Matthew | Aiming for ripeness

Be mature, therefore, as your heavenly Father is mature. Beware of practising your piety before others in order to be seen by them, for then you have no reward. (Matthew 5:48-6:1)

Perfection is a Greek concept, evoking the Platonic ideal. It suggests something unreachable, unattainable, unchanging, and removed from the mess of life. “Be ye perfect,” says Jesus, and when I hear this a little something within me dies. Perfectionism, self-flagellation and hypercriticism run deep in my family story, and so I wasted years worrying that I am not good enough, or doing enough, for God.

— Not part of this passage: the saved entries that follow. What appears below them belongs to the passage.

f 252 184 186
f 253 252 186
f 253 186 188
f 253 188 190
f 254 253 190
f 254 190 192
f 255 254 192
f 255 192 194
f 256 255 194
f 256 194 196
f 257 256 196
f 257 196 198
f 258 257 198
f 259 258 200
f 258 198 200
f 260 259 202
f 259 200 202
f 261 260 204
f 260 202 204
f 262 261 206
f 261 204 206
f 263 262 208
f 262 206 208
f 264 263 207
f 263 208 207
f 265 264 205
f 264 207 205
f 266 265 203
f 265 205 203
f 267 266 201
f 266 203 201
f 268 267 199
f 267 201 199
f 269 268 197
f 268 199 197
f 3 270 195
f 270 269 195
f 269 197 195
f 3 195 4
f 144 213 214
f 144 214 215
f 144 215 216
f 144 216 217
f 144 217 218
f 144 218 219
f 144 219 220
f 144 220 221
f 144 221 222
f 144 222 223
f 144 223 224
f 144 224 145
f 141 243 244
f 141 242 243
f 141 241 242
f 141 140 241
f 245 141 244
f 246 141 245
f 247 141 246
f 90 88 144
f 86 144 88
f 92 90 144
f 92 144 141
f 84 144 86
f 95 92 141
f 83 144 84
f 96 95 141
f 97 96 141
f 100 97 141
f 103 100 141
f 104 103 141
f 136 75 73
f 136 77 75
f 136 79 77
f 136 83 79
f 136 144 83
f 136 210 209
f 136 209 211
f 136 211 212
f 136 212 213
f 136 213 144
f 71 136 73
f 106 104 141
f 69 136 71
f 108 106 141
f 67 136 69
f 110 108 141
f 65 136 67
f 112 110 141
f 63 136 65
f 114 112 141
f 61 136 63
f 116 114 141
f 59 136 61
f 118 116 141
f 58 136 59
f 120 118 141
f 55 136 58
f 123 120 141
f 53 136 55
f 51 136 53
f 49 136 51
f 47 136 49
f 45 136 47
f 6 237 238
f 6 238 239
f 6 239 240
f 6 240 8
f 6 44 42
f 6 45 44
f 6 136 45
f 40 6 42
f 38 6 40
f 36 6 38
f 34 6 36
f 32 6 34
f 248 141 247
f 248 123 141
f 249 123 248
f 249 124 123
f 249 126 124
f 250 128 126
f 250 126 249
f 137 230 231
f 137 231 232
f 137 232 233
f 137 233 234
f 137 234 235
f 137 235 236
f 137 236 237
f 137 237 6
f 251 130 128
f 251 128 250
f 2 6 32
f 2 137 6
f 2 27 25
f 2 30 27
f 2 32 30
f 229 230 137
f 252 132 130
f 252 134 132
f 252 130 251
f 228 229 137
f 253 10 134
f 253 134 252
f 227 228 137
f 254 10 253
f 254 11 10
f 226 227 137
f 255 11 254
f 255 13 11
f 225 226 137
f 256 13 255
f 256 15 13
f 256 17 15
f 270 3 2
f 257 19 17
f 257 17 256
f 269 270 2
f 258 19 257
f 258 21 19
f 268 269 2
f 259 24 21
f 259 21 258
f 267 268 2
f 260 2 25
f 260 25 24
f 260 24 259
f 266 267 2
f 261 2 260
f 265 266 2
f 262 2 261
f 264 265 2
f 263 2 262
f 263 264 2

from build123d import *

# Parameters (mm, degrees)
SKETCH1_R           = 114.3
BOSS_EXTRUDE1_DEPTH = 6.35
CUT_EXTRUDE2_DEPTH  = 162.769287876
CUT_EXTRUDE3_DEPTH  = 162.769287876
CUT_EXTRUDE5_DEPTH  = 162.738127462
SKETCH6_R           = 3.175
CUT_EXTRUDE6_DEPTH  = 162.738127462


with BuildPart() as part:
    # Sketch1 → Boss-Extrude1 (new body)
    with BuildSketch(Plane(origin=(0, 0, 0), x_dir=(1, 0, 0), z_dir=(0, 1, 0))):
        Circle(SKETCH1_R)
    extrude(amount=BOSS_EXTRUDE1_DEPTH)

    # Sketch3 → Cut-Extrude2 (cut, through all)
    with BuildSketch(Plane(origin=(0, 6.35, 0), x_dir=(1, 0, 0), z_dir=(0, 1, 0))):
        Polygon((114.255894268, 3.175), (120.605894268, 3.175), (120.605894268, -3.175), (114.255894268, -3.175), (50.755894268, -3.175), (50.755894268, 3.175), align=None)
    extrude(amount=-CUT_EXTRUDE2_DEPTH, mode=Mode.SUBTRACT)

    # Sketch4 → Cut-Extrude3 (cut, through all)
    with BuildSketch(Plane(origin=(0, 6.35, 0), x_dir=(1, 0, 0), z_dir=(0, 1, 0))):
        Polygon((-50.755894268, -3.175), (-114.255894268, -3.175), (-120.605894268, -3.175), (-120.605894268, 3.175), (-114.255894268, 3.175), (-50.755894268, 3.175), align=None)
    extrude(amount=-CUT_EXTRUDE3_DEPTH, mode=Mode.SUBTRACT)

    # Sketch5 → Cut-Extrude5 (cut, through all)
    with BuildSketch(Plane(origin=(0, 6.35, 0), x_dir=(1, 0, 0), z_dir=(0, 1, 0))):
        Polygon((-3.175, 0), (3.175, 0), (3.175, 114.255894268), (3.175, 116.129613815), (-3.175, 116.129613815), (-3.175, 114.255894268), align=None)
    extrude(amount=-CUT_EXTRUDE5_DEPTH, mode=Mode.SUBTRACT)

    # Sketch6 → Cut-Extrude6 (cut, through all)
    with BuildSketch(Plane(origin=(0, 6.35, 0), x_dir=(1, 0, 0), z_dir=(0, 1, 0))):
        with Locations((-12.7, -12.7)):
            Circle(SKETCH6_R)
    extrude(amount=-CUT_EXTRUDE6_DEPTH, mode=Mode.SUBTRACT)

It led to all sorts of false pieties: because everything I did was for the sake of being seen to be good, right and true. These impulses were driven by a translation that told me to be perfect, and there was no reward at all. Instead, I became defensive and anxious.

Because I knew that, no matter how hard I tried, I could never be perfect. Perfection means flawlessness. Plastic is perfect, with no defects, no irregularities, no cracks. Yet I’ve always been eccentric; a bit cracked, some might say. I’ve often made mistakes and even hurt people at times. I’ve had to repent and fix things again and again; I’ve had to make hard choices about how I conduct myself and what I focus on. What, then, was I to think about Jesus telling me to be perfect?

It changed when I learned that the Greek word teleios, or ‘perfect’, can also be translated as ‘mature’—a very different concept. Maturity is interesting to me. I think about Jesus, and how he ‘grew in wisdom and stature, and in divine and human favour’ (Luke 2:52). He wasn’t dumped on the planet fully formed, delighting God with an eternal perfection that we can never emulate. Instead, being fully human, he lived and learned and grew and changed throughout his life.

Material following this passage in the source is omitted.